To reformulate the question so that I know for sure1 what you are asking:
"Sometimes religious experiences are a result of delusions, so we can't say that such experiences justify religious belief. Even so, might certain religious beliefs be true?"
Obviously, the answer to that is "yes", since there are many things that are true but which we lack justified, true belief. For instance, someone will win a lottery in the near future despite many people believing they will win and none of them being justified. Further there are people who have convinced themselves that they do have justification because they've developed a system or received the numbers in a dream or whatever. At some point, one of those people might win the lottery and turn out to have true belief justified by whatever evidence they suppose they have.2
But you also ask whether religious knowledge can be persuasive based on religious experiences, which is a separate and trickier question. In the lottery case, few people would accept that some knowledge of future lottery results is justified. Even if someone really was justified in believing they knew future lottery numbers (by bribing the person who picks the numbers to somehow manipulate the results or inventing time travel), consider the difficulty involved in persuading someone else they have such knowledge. Only the most gullible would believe such a claim.3 There are just too many cases where something too good to be true is for most of us to take such extraordinary claims at face value no matter what the evidence.

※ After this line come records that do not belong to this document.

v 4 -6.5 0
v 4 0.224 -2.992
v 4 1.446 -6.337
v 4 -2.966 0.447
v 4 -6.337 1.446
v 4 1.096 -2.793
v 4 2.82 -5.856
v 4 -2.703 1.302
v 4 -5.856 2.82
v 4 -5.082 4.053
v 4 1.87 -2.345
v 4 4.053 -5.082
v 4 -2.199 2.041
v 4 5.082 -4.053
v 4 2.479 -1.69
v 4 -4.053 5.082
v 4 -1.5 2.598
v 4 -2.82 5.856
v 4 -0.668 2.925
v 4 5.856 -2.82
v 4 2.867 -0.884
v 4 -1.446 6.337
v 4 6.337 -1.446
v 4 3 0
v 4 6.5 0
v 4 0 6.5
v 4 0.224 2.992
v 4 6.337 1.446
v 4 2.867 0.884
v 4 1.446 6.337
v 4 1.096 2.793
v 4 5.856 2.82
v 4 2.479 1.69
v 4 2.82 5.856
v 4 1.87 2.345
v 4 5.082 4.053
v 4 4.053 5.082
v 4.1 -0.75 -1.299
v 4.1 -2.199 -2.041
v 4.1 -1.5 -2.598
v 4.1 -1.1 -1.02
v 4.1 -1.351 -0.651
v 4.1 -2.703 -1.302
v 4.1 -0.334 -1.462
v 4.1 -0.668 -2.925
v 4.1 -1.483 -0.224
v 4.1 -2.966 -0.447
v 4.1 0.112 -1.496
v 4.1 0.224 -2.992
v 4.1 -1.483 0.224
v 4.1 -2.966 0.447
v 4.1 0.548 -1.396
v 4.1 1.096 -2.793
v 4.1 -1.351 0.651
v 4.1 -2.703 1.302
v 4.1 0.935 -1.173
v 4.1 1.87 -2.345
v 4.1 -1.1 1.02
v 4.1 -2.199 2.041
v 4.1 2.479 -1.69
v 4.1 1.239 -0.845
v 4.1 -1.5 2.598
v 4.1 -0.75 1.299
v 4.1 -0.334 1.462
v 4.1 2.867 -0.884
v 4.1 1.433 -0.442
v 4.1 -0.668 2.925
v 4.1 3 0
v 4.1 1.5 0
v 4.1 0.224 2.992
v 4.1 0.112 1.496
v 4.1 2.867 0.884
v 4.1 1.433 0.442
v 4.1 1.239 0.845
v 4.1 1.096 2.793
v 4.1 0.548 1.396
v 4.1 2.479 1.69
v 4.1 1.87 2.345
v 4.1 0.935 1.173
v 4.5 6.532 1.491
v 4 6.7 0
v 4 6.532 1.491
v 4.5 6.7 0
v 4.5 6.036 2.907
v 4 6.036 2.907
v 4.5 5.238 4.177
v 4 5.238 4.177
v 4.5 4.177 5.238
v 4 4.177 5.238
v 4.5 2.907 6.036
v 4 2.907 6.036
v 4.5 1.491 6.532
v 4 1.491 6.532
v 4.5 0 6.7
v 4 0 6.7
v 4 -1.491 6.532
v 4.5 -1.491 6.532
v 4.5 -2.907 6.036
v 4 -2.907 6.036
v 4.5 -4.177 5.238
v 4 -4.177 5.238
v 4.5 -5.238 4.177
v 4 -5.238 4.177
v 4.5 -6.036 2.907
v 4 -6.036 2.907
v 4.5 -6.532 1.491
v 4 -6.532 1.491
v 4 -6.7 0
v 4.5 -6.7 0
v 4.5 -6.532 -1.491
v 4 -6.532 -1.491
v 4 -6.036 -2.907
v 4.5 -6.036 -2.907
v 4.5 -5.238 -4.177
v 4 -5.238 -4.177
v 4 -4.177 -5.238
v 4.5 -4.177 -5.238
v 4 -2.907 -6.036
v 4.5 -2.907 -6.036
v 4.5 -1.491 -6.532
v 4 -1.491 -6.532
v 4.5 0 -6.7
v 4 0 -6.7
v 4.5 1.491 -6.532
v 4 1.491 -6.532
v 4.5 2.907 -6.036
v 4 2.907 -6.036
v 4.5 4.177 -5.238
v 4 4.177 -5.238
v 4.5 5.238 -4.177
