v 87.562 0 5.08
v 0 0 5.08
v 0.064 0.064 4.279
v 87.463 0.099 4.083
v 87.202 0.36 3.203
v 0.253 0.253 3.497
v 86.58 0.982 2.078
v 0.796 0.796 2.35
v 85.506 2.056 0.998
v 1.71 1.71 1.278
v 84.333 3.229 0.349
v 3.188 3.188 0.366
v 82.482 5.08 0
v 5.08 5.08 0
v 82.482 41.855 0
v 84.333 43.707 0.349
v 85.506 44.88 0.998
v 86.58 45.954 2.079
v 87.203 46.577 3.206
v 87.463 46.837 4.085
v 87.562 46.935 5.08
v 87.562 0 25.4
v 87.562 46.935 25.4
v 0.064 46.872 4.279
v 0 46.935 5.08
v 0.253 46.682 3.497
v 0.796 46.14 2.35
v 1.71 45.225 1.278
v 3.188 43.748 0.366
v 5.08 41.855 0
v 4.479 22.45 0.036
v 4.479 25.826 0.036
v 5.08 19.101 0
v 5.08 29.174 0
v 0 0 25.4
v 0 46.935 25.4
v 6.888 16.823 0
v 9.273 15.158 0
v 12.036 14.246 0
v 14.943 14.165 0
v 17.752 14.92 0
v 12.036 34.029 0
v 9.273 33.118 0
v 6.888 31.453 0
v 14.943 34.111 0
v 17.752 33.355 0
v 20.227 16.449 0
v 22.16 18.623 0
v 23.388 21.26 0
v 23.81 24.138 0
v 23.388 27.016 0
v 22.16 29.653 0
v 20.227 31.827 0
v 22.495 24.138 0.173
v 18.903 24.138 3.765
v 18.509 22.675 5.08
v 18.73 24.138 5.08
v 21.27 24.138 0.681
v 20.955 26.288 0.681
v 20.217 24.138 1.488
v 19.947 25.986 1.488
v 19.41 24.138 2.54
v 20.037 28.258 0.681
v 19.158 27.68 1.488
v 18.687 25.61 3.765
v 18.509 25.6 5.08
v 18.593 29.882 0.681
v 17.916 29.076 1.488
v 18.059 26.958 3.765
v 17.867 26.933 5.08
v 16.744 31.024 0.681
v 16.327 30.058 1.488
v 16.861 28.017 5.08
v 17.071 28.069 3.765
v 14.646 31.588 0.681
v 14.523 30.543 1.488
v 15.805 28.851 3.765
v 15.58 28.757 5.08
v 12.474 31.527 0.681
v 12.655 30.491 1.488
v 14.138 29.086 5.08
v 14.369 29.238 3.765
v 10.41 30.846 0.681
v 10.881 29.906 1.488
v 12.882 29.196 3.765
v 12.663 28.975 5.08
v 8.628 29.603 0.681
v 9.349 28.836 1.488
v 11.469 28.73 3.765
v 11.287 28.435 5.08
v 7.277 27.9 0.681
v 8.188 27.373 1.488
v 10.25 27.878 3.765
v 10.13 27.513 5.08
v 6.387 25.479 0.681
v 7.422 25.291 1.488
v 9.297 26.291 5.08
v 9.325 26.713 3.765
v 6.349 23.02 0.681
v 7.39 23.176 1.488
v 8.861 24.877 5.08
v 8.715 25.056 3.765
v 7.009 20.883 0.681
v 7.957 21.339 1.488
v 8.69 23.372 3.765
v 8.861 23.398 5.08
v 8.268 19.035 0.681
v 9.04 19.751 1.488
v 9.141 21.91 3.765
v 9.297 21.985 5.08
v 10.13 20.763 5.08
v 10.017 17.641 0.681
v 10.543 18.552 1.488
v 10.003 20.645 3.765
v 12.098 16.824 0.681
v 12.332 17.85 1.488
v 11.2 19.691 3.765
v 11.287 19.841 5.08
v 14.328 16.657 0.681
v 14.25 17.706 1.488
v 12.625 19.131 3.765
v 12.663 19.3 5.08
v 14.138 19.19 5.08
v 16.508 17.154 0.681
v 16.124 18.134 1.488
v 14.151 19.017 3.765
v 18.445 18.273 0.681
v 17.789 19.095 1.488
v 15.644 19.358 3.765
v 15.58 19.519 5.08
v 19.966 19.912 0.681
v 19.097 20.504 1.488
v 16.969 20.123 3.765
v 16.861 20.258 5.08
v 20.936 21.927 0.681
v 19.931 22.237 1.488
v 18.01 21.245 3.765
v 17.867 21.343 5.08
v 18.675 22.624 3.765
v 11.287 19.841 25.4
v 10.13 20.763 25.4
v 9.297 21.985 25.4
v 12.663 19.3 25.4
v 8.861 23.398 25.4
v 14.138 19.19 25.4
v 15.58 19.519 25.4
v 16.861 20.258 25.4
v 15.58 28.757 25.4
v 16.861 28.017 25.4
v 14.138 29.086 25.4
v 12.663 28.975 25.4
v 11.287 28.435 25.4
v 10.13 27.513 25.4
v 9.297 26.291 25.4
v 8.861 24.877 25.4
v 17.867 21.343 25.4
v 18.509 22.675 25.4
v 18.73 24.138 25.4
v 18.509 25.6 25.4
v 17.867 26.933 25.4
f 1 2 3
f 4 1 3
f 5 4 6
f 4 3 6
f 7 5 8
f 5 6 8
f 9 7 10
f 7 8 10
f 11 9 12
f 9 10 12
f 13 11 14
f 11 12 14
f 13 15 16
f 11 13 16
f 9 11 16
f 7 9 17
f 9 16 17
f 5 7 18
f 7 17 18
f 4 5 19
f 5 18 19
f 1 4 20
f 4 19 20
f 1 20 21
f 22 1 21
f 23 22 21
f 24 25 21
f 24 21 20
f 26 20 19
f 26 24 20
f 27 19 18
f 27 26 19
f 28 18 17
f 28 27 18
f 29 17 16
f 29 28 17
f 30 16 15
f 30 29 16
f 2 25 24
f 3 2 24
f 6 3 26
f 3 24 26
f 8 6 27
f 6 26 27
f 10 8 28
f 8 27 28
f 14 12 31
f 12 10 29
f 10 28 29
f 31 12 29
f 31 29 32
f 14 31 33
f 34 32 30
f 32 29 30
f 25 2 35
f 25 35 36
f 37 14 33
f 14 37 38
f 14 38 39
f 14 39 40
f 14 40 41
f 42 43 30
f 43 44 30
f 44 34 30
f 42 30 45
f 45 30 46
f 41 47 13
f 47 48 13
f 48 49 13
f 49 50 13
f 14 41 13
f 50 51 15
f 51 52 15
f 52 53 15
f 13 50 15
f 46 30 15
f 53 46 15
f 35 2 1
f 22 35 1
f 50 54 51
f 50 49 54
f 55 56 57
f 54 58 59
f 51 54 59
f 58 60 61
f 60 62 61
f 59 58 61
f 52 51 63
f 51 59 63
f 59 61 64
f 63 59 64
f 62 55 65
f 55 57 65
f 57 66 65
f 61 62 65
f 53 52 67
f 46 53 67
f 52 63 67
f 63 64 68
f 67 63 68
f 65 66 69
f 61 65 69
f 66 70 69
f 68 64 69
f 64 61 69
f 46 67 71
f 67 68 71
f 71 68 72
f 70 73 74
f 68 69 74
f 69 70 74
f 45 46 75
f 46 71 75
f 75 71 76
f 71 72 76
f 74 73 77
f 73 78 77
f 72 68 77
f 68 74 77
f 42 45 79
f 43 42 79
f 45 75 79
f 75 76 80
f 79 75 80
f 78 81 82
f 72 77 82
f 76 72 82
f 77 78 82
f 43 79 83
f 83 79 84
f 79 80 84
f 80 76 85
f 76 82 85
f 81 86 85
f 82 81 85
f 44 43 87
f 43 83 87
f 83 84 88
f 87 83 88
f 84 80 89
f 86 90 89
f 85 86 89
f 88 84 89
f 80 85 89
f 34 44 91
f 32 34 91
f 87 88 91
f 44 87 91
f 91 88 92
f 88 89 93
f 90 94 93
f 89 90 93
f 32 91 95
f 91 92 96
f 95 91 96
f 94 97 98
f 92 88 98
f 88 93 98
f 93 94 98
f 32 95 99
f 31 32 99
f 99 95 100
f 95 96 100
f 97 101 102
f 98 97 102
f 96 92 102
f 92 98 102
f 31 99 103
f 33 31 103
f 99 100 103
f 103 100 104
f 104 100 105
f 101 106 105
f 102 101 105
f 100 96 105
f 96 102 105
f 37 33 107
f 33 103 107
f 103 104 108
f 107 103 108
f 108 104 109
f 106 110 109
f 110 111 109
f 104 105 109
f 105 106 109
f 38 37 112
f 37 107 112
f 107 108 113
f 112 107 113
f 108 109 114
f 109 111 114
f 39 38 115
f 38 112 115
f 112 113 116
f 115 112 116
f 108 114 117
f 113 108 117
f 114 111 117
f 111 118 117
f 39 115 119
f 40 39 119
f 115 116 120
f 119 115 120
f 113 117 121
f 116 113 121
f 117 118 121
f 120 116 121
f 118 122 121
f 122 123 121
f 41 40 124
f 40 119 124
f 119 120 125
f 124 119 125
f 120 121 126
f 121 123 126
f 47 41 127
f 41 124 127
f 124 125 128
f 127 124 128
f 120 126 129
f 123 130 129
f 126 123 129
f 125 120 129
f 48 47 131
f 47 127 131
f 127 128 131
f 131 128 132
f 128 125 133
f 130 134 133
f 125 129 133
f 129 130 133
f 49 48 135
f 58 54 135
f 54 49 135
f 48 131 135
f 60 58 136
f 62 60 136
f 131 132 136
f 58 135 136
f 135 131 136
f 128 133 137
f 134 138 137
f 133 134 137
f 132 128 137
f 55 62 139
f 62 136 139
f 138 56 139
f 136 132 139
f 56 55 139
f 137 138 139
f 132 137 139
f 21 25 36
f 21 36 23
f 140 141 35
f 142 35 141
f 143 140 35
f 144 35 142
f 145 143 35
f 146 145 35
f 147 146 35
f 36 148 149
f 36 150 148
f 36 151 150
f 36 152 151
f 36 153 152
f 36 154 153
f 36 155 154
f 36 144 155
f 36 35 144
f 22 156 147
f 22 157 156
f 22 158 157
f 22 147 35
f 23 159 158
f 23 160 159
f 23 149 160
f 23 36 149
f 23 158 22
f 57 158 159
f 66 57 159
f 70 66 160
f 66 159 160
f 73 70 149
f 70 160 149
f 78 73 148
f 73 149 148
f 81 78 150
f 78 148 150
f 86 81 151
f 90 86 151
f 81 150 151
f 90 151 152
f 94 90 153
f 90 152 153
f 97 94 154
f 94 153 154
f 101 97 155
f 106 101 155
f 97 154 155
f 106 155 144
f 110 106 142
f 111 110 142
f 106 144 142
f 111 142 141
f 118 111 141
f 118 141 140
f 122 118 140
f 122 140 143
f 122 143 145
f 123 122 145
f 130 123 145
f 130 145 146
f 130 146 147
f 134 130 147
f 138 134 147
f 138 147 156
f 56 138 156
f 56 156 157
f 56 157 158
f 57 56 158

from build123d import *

# Parameters (mm, degrees)
F0_W        = 87.5617265701
F0_H        = 46.9353795052
F1_DEPTH    = 25.4
F2_R        = 4.9619580549
F3_DEPTH    = 25.4
F4_T1_DEPTH = 72.3353795052
F4_T3_DEPTH = 112.9617265701


# Not quite as in the source:
# - a fillet or chamfer that OpenCascade refuses, or shapes differently, is made with other operations: its cross-section is extruded or revolved along the edge and cut away or added


with BuildPart() as f1:
    # F0 (on Top) → F1 (new body)
    with BuildSketch(Plane.XY):
        with Locations((43.7808632851, 23.4676897526)):
            Rectangle(F0_W, F0_H)
    extrude(amount=F1_DEPTH)

    # F2 (on face) → F3 (cut)
    with BuildSketch(Plane.XY.offset(25.4)):
        with Locations((13.7676307932, 24.1377800703)):
            Circle(F2_R)
    extrude(amount=-F3_DEPTH, mode=Mode.SUBTRACT)

    # F4: fillet of radius 5.08 on 5 edges, made by hand

    # F4_s2 → F4_t1 (cut)
    with BuildSketch(Plane.XZ.offset(-59.6353795052)):
        with BuildLine():
            ThreePointArc((0, 5.08), (1.4878975516, 1.4878975516), (5.08, 0))
            Line((5.08, 0), (0, 0))
            Line((0, 0), (0, 5.08))
        make_face()
        with BuildLine():
            ThreePointArc((82.4817265701, 0), (86.0738290186, 1.4878975516), (87.5617265701, 5.08))
            Line((87.5617265701, 5.08), (87.5617265701, 0))
            Line((87.5617265701, 0), (82.4817265701, 0))
        make_face()
    extrude(amount=F4_T1_DEPTH, mode=Mode.SUBTRACT)

    # F4_s4 → F4_t3 (cut)
    with BuildSketch(Plane.YZ.offset(-12.7)):
        with BuildLine():
            ThreePointArc((46.9353795052, 5.08), (45.4474819536, 1.4878975516), (41.8553795052, 0))
            Line((41.8553795052, 0), (46.9353795052, 0))
            Line((46.9353795052, 0), (46.9353795052, 5.08))
        make_face()
        with BuildLine():
            ThreePointArc((0, 5.08), (1.4878975516, 1.4878975516), (5.08, 0))
            Line((5.08, 0), (0, 0))
            Line((0, 0), (0, 5.08))
        make_face()
    extrude(amount=F4_T3_DEPTH, mode=Mode.SUBTRACT)

    # F4_s5 → F4_t6 (revolve, cut)
    with BuildSketch(Plane.XZ.offset(-24.1377800703)):
        with BuildLine():
            ThreePointArc((23.809588848, 0), (20.2174863996, 1.4878975516), (18.729588848, 5.08))
            Line((18.729588848, 5.08), (18.729588848, 0))
            Line((18.729588848, 0), (23.809588848, 0))
        make_face()
    revolve(axis=Axis((13.7676307932, 24.1377800703, 0), (0, 0, 1)), mode=Mode.SUBTRACT)


solid = f1.part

However, I wonder if your assumption that recent research has shown religious experiences to be unreliable holds. Polling data shows that, at least in the US, equal numbers of people report having "Religious and Mystical Experiences" and not having them. Global polls would likely show that most people have had those sorts of experiences. And history suggests that these sorts of experiences are overwhelmingly normal for humans. Extrapolating a bit, they seem least common among populations that have taken an a priori position against the possibility of such experiences. Confirmation bias would suggest that in those populations, evidence for such experiences is ignored and evidence against is highlighted.
Now it's certainly possible that more enlightened populations are justified in dismissing religious experiences, but starting with the position that they are not reliable evidence would be a form of begging the question.
As a Christian, I'm compelled to point out that Jesus didn't seem particularly concerned about convincing people that his claims were true. In fact, he was purposely vague on some points:
And [Jesus] said to them, “To you has been given the secret of the kingdom of God, but for those outside everything is in parables, so that
“they may indeed see but not perceive,
and may indeed hear but not understand,
lest they should turn and be forgiven.”
—Mark 4:11-12 (ESV)
This is a very difficult passage for me, and I'd imagine for many believers. It seems that God gives some people the ability to recognize him and does not give "the secret of the kingdom of God" to others. It seems that God may be hidden in plain sight. Make of that what you will.
Footnotes:
Unintentionally ironic.
This is a restatement of the Gettier problem, if I understand correctly. The main thrust is that a person may have justified, true belief, but not really know something. That does not seem relevant to your question, since you don't actually seem to promote the JTB formula.
I'm reminded of the BBC special in which a woman was convinced that the host (Derren Brown) had a fool-proof system for selecting horses. It turns out the woman was the victim of survivorship bias and that the "System" was a hoax. What strikes me as interesting about the show is that there are people who have the ability to successfully gamble on horse races, but it would be harder to convince skeptics of the ability since it's nowhere near perfect. Rather, the ability has more to do with expert risk management than some mystical ability to know which horses will win.